如果 bigram 标注器无法找到一个标记，尝试 unigram 标注器。
如果 unigram 标注器也无法找到一个标记，使用默认标注器。
大多数 NLTK 标注器允许指定一个回退标注器。回退标注器自身可能也有一个回退标注器：

>>> t0 = nltk.DefaultTagger('NN')
>>> t1 = nltk.UnigramTagger(train_sents, backoff=t0)
>>> t2 = nltk.BigramTagger(train_sents, backoff=t1)
>>> t2.evaluate(test_sents)
0.84491179108940495

存储标注器

保存我们的标注器 t2 到文件 t2.pkl：

>>> from cPickle import dump
>>> output = open('t2.pkl', 'wb')
>>> dump(t2, output, -1)
>>> output.close()

现在，我们可以在一个单独的 Python 进程中载入我们保存的标注器：

>>> from cPickle import load
>>> input = open('t2.pkl', 'rb')
>>> tagger = load(input)
>>> input.close()

小结

词可以组成类，如名词、动词、形容词以及副词。这些类被称为词汇范畴或者词性。词性被分配短标签或者标记，如 NN 和 VB。
给文本中的词自动分配词性的过程称为词性标注、POS 标注或只是标注。
自动标注是 NLP 流程中重要的一步，在各种情况下都十分有用，包括预测先前未见过的词的行为、分析语料库中词的使用以及文本到语音转换系统。
一些语言学语料库，如布朗语料库，已经做了词性标注。
有多种标注方法，如默认标注器、正则表达式标注器、unigram 标注器、n-gram 标注器。

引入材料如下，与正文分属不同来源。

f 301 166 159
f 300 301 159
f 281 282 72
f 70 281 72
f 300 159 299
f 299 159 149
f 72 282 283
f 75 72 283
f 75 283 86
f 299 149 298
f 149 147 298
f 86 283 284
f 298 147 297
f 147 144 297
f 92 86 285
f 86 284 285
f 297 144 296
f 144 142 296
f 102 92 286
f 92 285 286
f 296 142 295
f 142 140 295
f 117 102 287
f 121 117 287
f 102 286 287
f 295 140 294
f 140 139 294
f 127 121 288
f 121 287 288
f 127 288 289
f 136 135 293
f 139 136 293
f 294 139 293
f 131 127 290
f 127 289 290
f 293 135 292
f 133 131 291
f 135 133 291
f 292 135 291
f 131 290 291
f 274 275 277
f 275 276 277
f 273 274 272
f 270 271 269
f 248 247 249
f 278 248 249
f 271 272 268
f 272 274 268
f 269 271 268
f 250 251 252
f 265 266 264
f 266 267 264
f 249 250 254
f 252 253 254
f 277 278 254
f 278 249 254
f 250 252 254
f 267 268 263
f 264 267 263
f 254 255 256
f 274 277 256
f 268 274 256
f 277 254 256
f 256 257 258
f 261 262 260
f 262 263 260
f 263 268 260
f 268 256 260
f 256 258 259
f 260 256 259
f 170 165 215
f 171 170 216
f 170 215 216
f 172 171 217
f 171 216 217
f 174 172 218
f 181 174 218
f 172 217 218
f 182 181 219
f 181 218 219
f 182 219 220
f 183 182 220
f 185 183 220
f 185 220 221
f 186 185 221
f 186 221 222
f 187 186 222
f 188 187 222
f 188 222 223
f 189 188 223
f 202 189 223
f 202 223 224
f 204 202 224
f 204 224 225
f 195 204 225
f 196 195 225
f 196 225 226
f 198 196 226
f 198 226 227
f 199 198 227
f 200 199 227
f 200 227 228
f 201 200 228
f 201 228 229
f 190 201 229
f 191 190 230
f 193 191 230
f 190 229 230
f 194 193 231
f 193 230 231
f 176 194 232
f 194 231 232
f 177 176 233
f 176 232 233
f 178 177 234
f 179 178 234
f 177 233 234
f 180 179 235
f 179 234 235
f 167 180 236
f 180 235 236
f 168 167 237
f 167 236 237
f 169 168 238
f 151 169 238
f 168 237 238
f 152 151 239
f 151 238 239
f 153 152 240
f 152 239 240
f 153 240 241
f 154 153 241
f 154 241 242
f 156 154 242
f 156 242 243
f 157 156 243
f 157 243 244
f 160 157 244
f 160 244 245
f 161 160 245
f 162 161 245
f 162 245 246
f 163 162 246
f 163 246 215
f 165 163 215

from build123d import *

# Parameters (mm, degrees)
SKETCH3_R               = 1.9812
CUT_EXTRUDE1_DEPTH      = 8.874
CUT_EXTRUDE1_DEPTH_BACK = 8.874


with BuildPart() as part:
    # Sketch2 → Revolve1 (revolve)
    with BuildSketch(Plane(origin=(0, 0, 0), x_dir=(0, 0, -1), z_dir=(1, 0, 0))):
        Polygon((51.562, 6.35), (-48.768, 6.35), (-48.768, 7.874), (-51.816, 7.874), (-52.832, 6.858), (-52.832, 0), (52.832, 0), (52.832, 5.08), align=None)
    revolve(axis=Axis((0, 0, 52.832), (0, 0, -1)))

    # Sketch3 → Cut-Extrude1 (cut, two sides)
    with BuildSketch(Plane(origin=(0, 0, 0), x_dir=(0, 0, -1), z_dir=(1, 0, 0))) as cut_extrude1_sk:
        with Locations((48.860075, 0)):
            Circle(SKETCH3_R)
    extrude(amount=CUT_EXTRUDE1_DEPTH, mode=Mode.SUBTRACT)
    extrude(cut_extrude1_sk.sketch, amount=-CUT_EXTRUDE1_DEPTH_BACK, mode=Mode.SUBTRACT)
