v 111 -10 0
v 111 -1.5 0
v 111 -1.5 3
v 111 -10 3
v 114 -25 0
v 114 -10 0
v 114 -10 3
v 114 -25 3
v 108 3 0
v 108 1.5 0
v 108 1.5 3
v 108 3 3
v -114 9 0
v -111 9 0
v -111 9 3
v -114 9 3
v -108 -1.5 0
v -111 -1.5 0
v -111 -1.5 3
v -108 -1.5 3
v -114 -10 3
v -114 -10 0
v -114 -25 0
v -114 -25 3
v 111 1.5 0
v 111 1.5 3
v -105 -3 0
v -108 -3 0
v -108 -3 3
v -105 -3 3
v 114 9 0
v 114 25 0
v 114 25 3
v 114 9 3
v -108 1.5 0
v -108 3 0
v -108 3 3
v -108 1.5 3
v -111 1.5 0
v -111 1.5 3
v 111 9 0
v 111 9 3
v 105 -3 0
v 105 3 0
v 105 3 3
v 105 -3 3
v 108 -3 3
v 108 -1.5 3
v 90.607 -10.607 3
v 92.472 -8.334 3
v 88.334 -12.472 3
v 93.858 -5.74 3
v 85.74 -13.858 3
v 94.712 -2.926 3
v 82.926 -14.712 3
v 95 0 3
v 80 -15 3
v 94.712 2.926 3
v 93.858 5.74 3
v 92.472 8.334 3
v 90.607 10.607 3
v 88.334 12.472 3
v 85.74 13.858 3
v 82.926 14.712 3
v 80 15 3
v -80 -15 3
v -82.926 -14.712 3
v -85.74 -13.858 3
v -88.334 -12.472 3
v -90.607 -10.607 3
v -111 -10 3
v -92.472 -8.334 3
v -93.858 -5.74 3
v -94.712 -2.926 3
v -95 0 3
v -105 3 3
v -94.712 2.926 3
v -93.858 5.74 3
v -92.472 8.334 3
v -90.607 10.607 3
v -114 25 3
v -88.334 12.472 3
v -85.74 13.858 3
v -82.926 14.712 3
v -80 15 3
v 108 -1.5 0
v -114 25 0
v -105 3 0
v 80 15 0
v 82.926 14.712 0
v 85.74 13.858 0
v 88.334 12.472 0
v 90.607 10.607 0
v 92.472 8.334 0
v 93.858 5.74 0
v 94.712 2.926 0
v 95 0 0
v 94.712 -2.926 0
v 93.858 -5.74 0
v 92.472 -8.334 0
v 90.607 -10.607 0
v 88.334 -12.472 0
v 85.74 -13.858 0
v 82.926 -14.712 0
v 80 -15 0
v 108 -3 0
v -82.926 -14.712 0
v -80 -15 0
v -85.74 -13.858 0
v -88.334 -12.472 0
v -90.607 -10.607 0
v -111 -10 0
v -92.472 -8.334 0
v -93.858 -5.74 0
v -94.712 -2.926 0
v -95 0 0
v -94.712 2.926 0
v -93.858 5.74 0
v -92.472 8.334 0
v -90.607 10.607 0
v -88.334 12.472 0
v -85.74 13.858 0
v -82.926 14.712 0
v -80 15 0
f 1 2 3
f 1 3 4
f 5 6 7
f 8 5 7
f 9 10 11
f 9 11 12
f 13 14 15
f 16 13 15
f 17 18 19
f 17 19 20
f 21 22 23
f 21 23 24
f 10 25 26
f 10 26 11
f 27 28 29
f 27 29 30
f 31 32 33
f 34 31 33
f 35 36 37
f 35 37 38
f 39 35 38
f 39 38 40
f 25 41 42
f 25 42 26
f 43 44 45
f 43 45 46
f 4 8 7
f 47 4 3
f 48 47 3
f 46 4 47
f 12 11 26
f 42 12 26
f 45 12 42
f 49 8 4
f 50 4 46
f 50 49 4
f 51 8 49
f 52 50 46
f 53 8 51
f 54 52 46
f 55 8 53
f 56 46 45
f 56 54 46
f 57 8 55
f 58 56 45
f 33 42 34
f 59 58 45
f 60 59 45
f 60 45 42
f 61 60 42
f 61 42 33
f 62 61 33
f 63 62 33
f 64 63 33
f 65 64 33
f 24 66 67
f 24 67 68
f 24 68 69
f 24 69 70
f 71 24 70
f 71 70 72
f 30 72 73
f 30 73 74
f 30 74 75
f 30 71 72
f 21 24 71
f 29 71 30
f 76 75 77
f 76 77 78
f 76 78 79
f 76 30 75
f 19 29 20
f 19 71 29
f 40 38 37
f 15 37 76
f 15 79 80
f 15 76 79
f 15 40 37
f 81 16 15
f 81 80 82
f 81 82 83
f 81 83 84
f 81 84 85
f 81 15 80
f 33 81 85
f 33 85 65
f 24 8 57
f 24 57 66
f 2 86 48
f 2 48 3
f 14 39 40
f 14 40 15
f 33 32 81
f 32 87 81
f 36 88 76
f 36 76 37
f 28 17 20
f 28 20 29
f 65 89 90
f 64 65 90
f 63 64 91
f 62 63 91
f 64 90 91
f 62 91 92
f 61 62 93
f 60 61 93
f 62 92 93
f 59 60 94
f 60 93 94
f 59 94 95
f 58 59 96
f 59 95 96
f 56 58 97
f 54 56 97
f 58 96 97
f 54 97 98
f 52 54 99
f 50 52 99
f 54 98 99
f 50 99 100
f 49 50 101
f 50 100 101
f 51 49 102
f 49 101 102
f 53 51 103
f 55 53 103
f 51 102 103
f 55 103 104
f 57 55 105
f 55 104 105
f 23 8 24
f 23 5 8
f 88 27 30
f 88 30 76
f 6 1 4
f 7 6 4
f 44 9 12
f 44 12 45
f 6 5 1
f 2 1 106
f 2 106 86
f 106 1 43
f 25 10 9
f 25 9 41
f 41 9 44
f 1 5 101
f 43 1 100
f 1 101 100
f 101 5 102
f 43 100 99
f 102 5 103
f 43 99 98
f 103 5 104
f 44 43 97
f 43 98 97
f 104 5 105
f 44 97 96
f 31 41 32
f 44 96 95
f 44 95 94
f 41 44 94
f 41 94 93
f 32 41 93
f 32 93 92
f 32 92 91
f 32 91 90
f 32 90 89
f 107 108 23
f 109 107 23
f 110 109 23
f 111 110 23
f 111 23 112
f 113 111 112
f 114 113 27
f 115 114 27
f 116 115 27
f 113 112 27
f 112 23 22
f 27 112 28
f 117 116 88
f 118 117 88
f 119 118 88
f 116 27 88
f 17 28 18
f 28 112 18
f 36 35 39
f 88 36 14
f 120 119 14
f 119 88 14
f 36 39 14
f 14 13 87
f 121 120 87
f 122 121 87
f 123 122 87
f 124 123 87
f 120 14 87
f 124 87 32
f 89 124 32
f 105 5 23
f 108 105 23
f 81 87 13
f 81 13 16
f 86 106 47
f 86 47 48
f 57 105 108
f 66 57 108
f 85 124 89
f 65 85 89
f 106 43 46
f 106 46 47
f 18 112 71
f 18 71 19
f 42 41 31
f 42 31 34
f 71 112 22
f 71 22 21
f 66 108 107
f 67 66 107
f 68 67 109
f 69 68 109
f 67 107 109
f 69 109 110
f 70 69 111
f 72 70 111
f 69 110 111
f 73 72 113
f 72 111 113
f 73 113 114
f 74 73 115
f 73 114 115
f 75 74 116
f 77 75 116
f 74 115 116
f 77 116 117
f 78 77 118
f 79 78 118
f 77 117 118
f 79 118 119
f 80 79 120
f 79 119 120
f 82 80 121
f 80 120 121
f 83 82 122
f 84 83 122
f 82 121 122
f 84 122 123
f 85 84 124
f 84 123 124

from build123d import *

# Parameters (mm, degrees)
SALIENTE_EXTRUIR1_DEPTH = 3
CROQUIS2_W              = 3
CROQUIS2_H              = 16
CROQUIS2_H_2            = 15
SALIENTE_EXTRUIR2_DEPTH = 3


with BuildPart() as part:
    # Croquis1 → Saliente-Extruir1 (new body)
    with BuildSketch(Plane.XY):
        Polygon((111, -25), (-111, -25), (-111, -1.5), (-108, -1.5), (-108, -3), (-105, -3), (-105, 3), (-108, 3), (-108, 1.5), (-111, 1.5), (-111, 25), (111, 25), (111, 1.5), (108, 1.5), (108, 3), (105, 3), (105, -3), (108, -3), (108, -1.5), (111, -1.5), align=None)
        with BuildLine():
            Line((80, -15), (-80, -15))
            ThreePointArc((-80, -15), (-95, 0), (-80, 15))
            Line((-80, 15), (80, 15))
            ThreePointArc((80, 15), (95, 0), (80, -15))
        make_face(mode=Mode.SUBTRACT)
    extrude(amount=SALIENTE_EXTRUIR1_DEPTH)

    # Croquis2 → Saliente-Extruir2 (add)
    with BuildSketch(Plane.ZY.offset(111)):
        with Locations((1.5, 17)):
            Rectangle(CROQUIS2_W, CROQUIS2_H)
        with Locations((1.5, -17.5)):
            Rectangle(CROQUIS2_W, CROQUIS2_H_2)
    saliente_extruir2 = extrude(amount=SALIENTE_EXTRUIR2_DEPTH)

    # Simetría1: Saliente-Extruir2 across plane
    add(saliente_extruir2.mirror(Plane(origin=(0, 0, 0), x_dir=(0, 0, 1), z_dir=(1, 0, 0))))


solid = part.part
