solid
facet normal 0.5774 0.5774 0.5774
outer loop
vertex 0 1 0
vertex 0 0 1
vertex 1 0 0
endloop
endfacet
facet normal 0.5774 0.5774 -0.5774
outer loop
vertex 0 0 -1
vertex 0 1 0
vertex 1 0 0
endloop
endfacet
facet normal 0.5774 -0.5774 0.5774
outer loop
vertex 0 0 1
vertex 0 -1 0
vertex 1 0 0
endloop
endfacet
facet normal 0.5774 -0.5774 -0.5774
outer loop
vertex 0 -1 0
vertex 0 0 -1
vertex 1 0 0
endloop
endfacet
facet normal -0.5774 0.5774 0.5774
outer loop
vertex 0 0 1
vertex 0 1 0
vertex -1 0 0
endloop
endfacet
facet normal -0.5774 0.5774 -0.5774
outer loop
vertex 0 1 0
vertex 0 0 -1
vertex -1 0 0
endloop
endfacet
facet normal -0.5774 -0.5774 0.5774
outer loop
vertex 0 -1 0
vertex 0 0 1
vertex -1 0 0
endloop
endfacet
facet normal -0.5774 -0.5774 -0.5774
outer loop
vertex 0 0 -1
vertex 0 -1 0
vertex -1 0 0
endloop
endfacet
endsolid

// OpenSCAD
polyhedron(points = [
 [1,0,0], [0,0,1], [0,1,0],
 [1,0,0], [0,1,0], [0,0,-1],
 [1,0,0], [0,-1,0], [0,0,1],
 [1,0,0], [0,0,-1], [0,-1,0],
 [-1,0,0], [0,1,0], [0,0,1],
 [-1,0,0], [0,0,-1], [0,1,0],
 [-1,0,0], [0,0,1], [0,-1,0],
 [-1,0,0], [0,-1,0], [0,0,-1],
],
faces = [
 [0,1,2],
 [3,4,5],
 [6,7,8],
 [9,10,11],
 [12,13,14],
 [15,16,17],
 [18,19,20],
 [21,22,23]
]);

这些都可以结合一种叫做回退的技术一起使用。
标注器可以使用已标注语料库进行训练和评估。
回退是一个组合模型的方法：当一个较专业的模型（如 bigram 标注器）不能为给定内容分配标记时，我们回退到一个较一般的模型（如 unigram 标注器）
词性标注是 NLP 中一个重要的早期的序列分类任务：利用局部上下文语境中的词和标记对序列中任意一点的分类决策。
字典用来映射任意类型之间的信息，如字符串和数字：freq[‘cat’]=12。我们使用大括号来创建字典：pos = {}，pos = {‘furiously’: ‘adv’, ‘ideas’: ‘n’, ‘colorless’:‘adj’}。
N-gram 标注器可以定义较大数值的 n，但是当 n 大于 3 时，我们常常会面临数据稀疏问题；即使使用大量的训练数据，我们看到的也只是可能的上下文的一小部分。
基于转换的标注学习一系列“改变标记 s 为标记 t 在上下文 c 中”形式的修复规则，每个规则会修复错误，也可能引入（较小的）错误。